▶ **Problem to work on**: Please repeat each entry. Match every word exactly.

-- Data to use follows --

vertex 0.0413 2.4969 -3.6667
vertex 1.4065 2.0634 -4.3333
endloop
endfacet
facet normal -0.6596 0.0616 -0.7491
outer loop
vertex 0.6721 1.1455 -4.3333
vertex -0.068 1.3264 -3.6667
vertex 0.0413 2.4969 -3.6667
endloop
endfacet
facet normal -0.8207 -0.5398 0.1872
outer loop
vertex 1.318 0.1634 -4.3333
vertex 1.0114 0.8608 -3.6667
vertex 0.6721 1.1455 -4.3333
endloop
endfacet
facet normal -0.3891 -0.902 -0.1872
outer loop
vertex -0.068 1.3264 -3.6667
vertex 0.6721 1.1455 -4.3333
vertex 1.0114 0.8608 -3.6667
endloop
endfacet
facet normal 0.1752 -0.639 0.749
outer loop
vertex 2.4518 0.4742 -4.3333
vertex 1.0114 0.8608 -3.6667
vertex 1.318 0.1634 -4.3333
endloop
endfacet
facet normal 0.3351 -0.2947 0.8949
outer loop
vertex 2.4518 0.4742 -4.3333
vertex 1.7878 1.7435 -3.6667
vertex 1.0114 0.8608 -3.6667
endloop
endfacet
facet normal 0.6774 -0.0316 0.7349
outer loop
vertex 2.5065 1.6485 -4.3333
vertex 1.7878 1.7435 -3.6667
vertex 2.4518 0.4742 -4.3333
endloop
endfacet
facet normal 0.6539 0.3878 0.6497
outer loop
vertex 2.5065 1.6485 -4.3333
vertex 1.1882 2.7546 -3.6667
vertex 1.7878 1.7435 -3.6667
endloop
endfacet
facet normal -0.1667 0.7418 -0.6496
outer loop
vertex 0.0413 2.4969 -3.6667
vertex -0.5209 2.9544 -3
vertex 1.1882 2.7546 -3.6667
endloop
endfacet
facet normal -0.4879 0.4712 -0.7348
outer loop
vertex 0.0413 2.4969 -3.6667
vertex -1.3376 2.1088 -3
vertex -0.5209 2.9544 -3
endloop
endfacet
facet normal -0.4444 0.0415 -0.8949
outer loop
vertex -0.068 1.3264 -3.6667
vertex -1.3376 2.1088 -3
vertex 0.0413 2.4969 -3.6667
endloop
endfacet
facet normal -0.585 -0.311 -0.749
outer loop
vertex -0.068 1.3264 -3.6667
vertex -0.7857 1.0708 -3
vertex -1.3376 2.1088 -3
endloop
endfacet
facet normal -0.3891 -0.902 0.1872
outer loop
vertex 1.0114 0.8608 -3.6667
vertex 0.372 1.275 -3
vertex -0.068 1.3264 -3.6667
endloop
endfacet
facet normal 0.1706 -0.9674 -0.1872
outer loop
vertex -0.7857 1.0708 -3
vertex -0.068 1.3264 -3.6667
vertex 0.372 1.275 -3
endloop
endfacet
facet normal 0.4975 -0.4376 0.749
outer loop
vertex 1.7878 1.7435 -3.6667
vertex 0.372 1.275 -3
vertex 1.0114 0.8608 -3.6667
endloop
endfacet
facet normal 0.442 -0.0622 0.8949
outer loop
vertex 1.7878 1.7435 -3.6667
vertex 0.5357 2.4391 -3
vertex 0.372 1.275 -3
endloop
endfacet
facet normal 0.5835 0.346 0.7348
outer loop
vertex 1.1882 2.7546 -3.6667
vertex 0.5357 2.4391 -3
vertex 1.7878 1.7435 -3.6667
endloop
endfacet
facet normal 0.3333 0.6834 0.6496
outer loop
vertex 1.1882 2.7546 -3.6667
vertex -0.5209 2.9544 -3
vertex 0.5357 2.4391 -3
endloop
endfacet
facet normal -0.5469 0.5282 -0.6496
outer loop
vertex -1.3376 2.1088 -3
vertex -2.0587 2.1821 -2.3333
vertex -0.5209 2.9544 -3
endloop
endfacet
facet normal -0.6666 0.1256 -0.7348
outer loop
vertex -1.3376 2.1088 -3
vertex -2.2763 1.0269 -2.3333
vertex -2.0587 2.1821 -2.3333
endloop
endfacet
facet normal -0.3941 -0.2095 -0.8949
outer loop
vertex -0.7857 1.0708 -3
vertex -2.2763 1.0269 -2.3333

-- Data to use concluded --

▶ **Your response**:
vertex 0.0413 2.4969 -3.6667
vertex 1.4065 2.0634 -4.3333
endloop
endfacet
facet normal -0.6596 0.0616 -0.7491
outer loop
vertex 0.6721 1.1455 -4.3333
vertex -0.068 1.3264 -3.6667
vertex 0.0413 2.4969 -3.6667
endloop
endfacet
facet normal -0.8207 -0.5398 0.1872
outer loop
vertex 1.318 0.1634 -4.3333
vertex 1.0114 0.8608 -3.6667
vertex 0.6721 1.1455 -4.3333
endloop
endfacet
facet normal -0.3891 -0.902 -0.1872
outer loop
vertex -0.068 1.3264 -3.6667
vertex 0.6721 1.1455 -4.3333
vertex 1.0114 0.8608 -3.6667
endloop
endfacet
facet normal 0.1752 -0.639 0.749
outer loop
vertex 2.4518 0.4742 -4.3333
vertex 1.0114 0.8608 -3.6667
vertex 1.318 0.1634 -4.3333
endloop
endfacet
facet normal 0.3351 -0.2947 0.8949
outer loop
vertex 2.4518 0.4742 -4.3333
vertex 1.7878 1.7435 -3.6667
vertex 1.0114 0.8608 -3.6667
endloop
endfacet
facet normal 0.6774 -0.0316 0.7349
outer loop
vertex 2.5065 1.6485 -4.3333
vertex 1.7878 1.7435 -3.6667
vertex 2.4518 0.4742 -4.3333
endloop
endfacet
facet normal 0.6539 0.3878 0.6497
outer loop
vertex 2.5065 1.6485 -4.3333
vertex 1.1882 2.7546 -3.6667
vertex 1.7878 1.7435 -3.6667
endloop
endfacet
facet normal -0.1667 0.7418 -0.6496
outer loop
vertex 0.0413 2.4969 -3.6667
vertex -0.5209 2.9544 -3
vertex 1.1882 2.7546 -3.6667
endloop
endfacet
facet normal -0.4879 0.4712 -0.7348
outer loop
vertex 0.0413 2.4969 -3.6667
vertex -1.3376 2.1088 -3
vertex -0.5209 2.9544 -3
endloop
endfacet
facet normal -0.4444 0.0415 -0.8949
outer loop
vertex -0.068 1.3264 -3.6667
vertex -1.3376 2.1088 -3
vertex 0.0413 2.4969 -3.6667
endloop
endfacet
facet normal -0.585 -0.311 -0.749
outer loop
vertex -0.068 1.3264 -3.6667
vertex -0.7857 1.0708 -3
vertex -1.3376 2.1088 -3
endloop
endfacet
facet normal -0.3891 -0.902 0.1872
outer loop
vertex 1.0114 0.8608 -3.6667
vertex 0.372 1.275 -3
vertex -0.068 1.3264 -3.6667
endloop
endfacet
facet normal 0.1706 -0.9674 -0.1872
outer loop
vertex -0.7857 1.0708 -3
vertex -0.068 1.3264 -3.6667
vertex 0.372 1.275 -3
endloop
endfacet
facet normal 0.4975 -0.4376 0.749
outer loop
vertex 1.7878 1.7435 -3.6667
vertex 0.372 1.275 -3
vertex 1.0114 0.8608 -3.6667
endloop
endfacet
facet normal 0.442 -0.0622 0.8949
outer loop
vertex 1.7878 1.7435 -3.6667
vertex 0.5357 2.4391 -3
vertex 0.372 1.275 -3
endloop
endfacet
facet normal 0.5835 0.346 0.7348
outer loop
vertex 1.1882 2.7546 -3.6667
vertex 0.5357 2.4391 -3
vertex 1.7878 1.7435 -3.6667
endloop
endfacet
facet normal 0.3333 0.6834 0.6496
outer loop
vertex 1.1882 2.7546 -3.6667
vertex -0.5209 2.9544 -3
vertex 0.5357 2.4391 -3
endloop
endfacet
facet normal -0.5469 0.5282 -0.6496
outer loop
vertex -1.3376 2.1088 -3
vertex -2.0587 2.1821 -2.3333
vertex -0.5209 2.9544 -3
endloop
endfacet
facet normal -0.6666 0.1256 -0.7348
outer loop
vertex -1.3376 2.1088 -3
vertex -2.2763 1.0269 -2.3333
vertex -2.0587 2.1821 -2.3333
endloop
endfacet
facet normal -0.3941 -0.2095 -0.8949
outer loop
vertex -0.7857 1.0708 -3
vertex -2.2763 1.0269 -2.3333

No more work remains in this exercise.